Posted by danbolser on 20 Apr 2009 at 17:17 GMT

Well, we can't really send someone to prison for a crime that they
didn't consciously commit... And if it was a crime born of their
genetic predetermination, how can we say that they consciously chose
to commit the crime?

So should we screen people who are applying for jobs where their risk
taking behaviour may put them in a position of legal responsibility?
Or should we screen the general population and send that fraction of
them to the state funded 'school for the financially challenged'? Or
do we send them to prison without trial based on their genetic guilt?
Or do we unerringly rely on our sanctified concept of the Individual
in society, and ignore such behavioural genetic risk factors?

Or perhaps such determinants will always be so marginal that they will
never require us to rethink our notion of the Individual.

What do you think?


More generally, how do we even begin to reconcile a legal system based
on the notion of culpability with such findings from behavioural
genetics? Should we bury our heads in the sand and say that some
things were never meant to be known ... or do we increasingly look for
genetic determinants of socially significant behaviours and leave the
discussion of the ramifications to 'somebody else'?

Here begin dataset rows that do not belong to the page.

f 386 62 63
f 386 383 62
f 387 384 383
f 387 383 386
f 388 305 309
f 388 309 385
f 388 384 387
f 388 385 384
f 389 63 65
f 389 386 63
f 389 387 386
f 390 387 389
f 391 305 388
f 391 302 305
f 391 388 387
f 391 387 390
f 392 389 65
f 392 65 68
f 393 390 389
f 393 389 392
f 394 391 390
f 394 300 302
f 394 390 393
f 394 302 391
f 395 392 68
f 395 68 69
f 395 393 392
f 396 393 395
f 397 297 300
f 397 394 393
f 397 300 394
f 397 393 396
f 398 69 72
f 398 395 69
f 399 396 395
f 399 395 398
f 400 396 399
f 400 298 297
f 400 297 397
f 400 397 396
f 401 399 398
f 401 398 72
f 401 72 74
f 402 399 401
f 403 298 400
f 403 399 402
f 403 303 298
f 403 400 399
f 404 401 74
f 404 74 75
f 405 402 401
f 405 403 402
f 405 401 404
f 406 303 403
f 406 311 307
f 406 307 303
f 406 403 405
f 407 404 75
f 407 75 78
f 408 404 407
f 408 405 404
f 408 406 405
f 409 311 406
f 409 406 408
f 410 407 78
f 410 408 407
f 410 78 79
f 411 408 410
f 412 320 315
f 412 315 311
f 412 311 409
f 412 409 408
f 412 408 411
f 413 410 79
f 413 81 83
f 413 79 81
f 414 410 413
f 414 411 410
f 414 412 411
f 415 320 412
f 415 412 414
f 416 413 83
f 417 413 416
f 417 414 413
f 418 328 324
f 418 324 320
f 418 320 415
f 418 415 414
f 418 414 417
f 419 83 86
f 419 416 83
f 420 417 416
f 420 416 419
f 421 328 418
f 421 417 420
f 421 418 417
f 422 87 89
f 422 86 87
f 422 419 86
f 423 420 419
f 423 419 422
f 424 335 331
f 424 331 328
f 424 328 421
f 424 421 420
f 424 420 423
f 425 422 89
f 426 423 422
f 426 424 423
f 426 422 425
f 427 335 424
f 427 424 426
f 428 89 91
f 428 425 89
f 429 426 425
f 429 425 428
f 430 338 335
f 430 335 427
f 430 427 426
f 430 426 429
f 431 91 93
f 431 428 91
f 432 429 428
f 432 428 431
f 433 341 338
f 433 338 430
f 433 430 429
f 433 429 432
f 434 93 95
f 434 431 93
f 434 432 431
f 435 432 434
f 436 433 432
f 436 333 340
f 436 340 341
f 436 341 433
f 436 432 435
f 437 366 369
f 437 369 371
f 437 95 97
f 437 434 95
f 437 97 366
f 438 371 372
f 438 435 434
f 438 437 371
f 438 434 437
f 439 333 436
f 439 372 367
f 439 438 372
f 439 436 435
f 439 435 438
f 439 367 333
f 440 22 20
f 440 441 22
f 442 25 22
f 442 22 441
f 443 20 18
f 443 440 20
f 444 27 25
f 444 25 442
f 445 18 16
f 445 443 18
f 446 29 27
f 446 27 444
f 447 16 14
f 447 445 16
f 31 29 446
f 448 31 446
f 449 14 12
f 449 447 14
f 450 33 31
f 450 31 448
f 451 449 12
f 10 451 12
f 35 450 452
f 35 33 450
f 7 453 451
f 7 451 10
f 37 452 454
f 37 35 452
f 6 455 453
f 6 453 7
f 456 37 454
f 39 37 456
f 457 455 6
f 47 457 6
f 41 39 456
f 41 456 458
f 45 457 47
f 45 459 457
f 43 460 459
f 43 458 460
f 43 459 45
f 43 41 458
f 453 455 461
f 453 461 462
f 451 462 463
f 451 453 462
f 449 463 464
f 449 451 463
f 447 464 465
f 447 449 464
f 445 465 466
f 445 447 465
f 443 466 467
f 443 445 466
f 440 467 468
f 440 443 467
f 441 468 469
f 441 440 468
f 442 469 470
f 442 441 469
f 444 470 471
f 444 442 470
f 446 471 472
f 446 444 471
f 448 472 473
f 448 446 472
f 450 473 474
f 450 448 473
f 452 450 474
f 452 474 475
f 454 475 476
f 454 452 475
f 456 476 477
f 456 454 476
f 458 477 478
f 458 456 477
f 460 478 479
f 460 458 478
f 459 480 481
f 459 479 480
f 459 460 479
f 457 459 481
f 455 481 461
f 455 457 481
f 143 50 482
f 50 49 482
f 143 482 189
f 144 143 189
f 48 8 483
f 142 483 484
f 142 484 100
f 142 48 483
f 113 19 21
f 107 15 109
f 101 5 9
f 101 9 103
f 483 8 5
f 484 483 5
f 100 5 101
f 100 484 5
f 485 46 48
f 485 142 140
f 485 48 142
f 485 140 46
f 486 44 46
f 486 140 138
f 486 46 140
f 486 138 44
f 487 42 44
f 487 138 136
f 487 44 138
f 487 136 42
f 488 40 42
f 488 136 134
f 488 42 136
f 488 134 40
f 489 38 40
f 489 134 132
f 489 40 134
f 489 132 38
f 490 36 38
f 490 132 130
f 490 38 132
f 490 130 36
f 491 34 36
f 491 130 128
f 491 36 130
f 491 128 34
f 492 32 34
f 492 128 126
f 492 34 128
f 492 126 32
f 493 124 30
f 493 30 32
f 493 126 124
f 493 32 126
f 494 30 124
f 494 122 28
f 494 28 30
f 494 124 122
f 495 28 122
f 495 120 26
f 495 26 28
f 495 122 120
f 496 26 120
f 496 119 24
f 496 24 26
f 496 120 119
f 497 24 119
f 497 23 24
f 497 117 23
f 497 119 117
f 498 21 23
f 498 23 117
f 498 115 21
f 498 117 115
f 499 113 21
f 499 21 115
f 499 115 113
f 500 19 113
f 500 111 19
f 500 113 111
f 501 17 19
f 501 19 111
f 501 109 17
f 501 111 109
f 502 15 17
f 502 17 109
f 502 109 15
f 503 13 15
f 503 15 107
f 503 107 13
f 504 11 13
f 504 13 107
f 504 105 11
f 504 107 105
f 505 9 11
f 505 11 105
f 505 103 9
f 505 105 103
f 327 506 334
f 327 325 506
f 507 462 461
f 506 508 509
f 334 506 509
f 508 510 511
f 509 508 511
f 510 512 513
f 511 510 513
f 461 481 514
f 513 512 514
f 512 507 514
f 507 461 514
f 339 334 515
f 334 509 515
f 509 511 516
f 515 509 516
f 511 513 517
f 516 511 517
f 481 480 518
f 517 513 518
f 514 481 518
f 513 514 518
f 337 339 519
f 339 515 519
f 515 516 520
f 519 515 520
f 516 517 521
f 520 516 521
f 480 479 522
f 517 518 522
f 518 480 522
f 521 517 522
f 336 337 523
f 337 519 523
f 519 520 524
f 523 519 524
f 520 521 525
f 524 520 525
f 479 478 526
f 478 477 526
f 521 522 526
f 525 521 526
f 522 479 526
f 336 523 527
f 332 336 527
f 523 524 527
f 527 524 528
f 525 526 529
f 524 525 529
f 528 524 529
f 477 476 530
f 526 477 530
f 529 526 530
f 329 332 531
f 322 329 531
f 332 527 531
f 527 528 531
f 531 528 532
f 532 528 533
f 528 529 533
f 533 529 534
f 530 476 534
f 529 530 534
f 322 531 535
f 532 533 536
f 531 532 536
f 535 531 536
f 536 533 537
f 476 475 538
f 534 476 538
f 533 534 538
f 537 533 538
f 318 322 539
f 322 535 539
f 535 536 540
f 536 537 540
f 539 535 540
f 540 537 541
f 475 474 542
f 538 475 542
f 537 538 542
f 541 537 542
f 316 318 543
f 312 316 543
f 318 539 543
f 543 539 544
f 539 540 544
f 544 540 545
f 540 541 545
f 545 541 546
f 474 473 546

In other words, do we insist on the sanctity of the Individual in
society, a free agent, able to choose right from wrong in the context
of socially acceptable behaviour, or do we try to overhaul some of our
social systems (legal, medical and educational) in order to account
for genetic determinants of behaviour?

In the medical context (in the UK at least), people are not penalised
for their genetic diseases. Everybody pays into the system, and the
system looks after everybody. My question is, can we apply such an
egalitarian system to issues of behavioural genetics and the law? In a
hypothetically extreme case, if I carry the gene for murder, what can,
should or could 'society' do about that? And is this really such a big
'what if'?

No competing interests declared.

RE: Ethics... (response to 'Wow')

danbolser replied to danbolser on 07 Jun 2011 at 20:21 GMT

Test response.

I want to see if I get a 'ping' when someone replies to my comment.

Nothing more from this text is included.